__INSTRUCTIONS FOR THE TASK__
Write out once more the lines running from the top of the entries below to the line with "f 248 249 379", both ends included.
** INPUT DATA follows **
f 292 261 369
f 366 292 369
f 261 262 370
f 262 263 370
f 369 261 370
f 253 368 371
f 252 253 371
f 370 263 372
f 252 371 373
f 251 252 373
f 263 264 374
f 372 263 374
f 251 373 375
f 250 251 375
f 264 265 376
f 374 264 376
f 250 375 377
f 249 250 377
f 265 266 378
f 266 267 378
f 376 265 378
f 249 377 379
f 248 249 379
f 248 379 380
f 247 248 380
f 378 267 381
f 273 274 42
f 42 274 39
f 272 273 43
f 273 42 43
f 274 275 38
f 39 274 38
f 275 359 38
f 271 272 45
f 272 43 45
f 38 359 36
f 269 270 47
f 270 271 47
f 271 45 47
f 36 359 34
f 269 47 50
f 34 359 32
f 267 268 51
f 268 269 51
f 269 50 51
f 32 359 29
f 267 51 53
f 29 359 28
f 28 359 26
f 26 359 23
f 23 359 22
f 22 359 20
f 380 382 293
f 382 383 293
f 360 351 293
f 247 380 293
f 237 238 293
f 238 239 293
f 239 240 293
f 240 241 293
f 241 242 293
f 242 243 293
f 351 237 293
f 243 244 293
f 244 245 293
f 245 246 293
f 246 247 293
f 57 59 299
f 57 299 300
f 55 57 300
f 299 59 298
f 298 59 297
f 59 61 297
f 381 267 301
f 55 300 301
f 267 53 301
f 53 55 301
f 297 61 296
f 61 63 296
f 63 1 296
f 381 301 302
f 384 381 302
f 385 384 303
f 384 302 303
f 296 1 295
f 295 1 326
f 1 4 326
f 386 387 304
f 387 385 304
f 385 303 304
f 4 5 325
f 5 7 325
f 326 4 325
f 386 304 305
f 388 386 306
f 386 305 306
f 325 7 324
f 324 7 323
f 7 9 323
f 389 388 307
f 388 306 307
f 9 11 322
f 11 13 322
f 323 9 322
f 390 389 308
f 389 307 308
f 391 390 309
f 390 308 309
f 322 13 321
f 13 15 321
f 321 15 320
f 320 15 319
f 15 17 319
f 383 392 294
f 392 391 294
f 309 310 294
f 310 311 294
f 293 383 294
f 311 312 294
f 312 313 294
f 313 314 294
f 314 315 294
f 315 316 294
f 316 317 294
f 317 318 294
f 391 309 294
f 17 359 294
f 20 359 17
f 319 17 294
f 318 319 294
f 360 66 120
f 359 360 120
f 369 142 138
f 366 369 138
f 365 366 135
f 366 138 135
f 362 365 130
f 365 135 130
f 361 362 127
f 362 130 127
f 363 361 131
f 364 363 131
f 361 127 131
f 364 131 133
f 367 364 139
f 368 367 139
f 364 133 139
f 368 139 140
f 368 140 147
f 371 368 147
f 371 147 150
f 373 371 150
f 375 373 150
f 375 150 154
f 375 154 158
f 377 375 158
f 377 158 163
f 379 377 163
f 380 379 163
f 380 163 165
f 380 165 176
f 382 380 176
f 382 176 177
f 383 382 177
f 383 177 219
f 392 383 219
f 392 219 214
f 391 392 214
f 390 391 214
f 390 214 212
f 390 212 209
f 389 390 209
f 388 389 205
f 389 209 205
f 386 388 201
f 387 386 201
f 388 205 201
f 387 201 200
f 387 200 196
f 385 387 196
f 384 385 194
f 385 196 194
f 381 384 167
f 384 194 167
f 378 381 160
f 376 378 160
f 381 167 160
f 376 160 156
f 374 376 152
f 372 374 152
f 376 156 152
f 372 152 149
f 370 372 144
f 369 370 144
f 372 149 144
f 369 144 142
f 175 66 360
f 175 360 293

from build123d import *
** End of INPUT DATA **
__TASK RESULT__
f 292 261 369
f 366 292 369
f 261 262 370
f 262 263 370
f 369 261 370
f 253 368 371
f 252 253 371
f 370 263 372
f 252 371 373
f 251 252 373
f 263 264 374
f 372 263 374
f 251 373 375
f 250 251 375
f 264 265 376
f 374 264 376
f 250 375 377
f 249 250 377
f 265 266 378
f 266 267 378
f 376 265 378
f 249 377 379
f 248 249 379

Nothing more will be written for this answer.